§ **About this task**:
In the records below, find the line that contains "#100=ORIENTED_EDGE('',*,*,#89,.T.);", then transcribe it and every later line exactly, stopping at the final line.

§ **Data for processing**:
╔══

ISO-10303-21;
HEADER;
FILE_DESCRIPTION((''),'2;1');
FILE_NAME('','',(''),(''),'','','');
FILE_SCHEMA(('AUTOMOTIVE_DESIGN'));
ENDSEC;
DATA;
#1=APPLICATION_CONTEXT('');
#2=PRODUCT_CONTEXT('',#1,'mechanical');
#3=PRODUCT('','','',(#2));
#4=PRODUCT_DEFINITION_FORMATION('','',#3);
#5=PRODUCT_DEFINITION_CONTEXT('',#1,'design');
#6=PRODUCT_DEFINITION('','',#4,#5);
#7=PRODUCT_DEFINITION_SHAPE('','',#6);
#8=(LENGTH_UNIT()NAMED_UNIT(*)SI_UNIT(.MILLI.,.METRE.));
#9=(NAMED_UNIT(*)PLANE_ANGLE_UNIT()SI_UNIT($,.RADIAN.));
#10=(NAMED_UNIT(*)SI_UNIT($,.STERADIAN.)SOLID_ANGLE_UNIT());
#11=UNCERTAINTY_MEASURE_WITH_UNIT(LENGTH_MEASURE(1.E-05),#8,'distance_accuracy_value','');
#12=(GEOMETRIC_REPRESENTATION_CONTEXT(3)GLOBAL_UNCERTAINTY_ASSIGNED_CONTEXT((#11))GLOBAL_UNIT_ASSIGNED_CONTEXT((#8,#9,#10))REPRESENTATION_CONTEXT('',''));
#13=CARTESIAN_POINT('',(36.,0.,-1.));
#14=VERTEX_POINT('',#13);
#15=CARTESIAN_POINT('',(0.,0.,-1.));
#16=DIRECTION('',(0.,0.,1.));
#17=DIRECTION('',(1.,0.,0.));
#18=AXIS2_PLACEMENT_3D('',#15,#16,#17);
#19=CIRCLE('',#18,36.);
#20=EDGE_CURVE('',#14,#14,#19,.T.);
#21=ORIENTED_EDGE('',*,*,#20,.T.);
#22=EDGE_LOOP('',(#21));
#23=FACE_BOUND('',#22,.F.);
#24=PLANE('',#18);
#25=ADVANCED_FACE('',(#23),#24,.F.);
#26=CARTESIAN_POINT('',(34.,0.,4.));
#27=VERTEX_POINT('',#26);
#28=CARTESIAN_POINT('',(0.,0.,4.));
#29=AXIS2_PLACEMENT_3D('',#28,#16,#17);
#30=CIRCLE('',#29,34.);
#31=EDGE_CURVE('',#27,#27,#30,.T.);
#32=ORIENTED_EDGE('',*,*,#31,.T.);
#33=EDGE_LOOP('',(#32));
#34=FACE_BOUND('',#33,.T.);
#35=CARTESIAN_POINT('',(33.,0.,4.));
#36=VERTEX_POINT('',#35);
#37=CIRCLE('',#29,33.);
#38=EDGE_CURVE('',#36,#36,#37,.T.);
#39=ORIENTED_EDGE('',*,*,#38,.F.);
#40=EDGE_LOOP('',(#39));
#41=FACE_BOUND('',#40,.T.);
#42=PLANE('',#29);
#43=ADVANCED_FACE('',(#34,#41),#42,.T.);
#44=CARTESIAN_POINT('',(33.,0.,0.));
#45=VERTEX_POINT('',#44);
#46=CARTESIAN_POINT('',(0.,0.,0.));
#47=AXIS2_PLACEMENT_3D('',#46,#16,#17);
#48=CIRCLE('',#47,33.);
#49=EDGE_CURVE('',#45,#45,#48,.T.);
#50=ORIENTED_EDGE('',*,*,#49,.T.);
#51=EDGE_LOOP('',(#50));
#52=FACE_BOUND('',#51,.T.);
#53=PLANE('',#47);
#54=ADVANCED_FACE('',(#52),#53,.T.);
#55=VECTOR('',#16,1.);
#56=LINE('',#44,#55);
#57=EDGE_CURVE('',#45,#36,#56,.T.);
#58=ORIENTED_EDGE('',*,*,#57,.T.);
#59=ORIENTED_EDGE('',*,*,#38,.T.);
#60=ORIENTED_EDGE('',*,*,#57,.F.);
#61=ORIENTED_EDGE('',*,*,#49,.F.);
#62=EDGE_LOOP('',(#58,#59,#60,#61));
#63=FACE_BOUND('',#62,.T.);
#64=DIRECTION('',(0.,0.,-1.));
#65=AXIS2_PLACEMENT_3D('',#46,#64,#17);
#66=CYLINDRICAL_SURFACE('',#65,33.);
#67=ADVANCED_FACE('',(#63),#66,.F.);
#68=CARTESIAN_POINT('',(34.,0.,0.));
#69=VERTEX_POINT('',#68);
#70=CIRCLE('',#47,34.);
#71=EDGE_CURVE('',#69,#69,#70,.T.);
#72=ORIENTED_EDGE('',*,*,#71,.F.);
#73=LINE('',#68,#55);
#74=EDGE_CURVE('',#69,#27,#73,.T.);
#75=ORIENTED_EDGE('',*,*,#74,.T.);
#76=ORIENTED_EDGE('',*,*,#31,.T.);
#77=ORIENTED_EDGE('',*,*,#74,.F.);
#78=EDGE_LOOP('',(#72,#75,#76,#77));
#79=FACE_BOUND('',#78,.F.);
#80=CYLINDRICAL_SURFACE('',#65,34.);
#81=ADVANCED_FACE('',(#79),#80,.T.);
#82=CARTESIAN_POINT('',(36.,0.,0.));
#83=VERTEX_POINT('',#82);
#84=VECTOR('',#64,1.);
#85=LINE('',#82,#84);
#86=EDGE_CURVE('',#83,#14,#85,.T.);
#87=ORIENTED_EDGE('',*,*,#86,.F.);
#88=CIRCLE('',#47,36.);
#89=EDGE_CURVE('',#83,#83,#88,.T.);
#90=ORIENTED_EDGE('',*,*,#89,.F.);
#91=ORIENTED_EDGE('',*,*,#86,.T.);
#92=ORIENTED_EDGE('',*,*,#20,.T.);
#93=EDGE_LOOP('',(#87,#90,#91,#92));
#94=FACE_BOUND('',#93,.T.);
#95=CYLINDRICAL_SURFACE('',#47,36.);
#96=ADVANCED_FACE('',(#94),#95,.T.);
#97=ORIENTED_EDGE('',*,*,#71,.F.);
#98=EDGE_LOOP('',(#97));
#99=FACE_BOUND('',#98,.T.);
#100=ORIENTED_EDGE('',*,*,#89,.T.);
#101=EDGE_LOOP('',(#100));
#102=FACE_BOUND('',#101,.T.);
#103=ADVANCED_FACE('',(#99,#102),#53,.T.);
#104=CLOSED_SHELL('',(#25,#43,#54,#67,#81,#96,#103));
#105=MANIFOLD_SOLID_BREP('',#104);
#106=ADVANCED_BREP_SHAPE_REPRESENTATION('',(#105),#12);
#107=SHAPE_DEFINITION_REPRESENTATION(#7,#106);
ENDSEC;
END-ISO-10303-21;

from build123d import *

# Parameters (mm, degrees)
SKETCH_R     = 34
SKETCH_R_2   = 33
PAD_DEPTH    = 4
SKETCH001_R  = 36
PAD001_DEPTH = 1


with BuildPart() as part:
    # Sketch → Pad (new body)
    with BuildSketch(Plane.XY):
        Circle(SKETCH_R)
        Circle(SKETCH_R_2, mode=Mode.SUBTRACT)
    extrude(amount=PAD_DEPTH)

    # Sketch001 → Pad001 (join)
    with BuildSketch(Plane.XY):
        Circle(SKETCH001_R)
    extrude(amount=-PAD001_DEPTH)


solid = part.part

╚══

§ **Task answer**:
#100=ORIENTED_EDGE('',*,*,#89,.T.);
#101=EDGE_LOOP('',(#100));
#102=FACE_BOUND('',#101,.T.);
#103=ADVANCED_FACE('',(#99,#102),#53,.T.);
#104=CLOSED_SHELL('',(#25,#43,#54,#67,#81,#96,#103));
#105=MANIFOLD_SOLID_BREP('',#104);
#106=ADVANCED_BREP_SHAPE_REPRESENTATION('',(#105),#12);
#107=SHAPE_DEFINITION_REPRESENTATION(#7,#106);
ENDSEC;
END-ISO-10303-21;

from build123d import *

# Parameters (mm, degrees)
SKETCH_R     = 34
SKETCH_R_2   = 33
PAD_DEPTH    = 4
SKETCH001_R  = 36
PAD001_DEPTH = 1


with BuildPart() as part:
    # Sketch → Pad (new body)
    with BuildSketch(Plane.XY):
        Circle(SKETCH_R)
        Circle(SKETCH_R_2, mode=Mode.SUBTRACT)
    extrude(amount=PAD_DEPTH)

    # Sketch001 → Pad001 (join)
    with BuildSketch(Plane.XY):
        Circle(SKETCH001_R)
    extrude(amount=-PAD001_DEPTH)


solid = part.part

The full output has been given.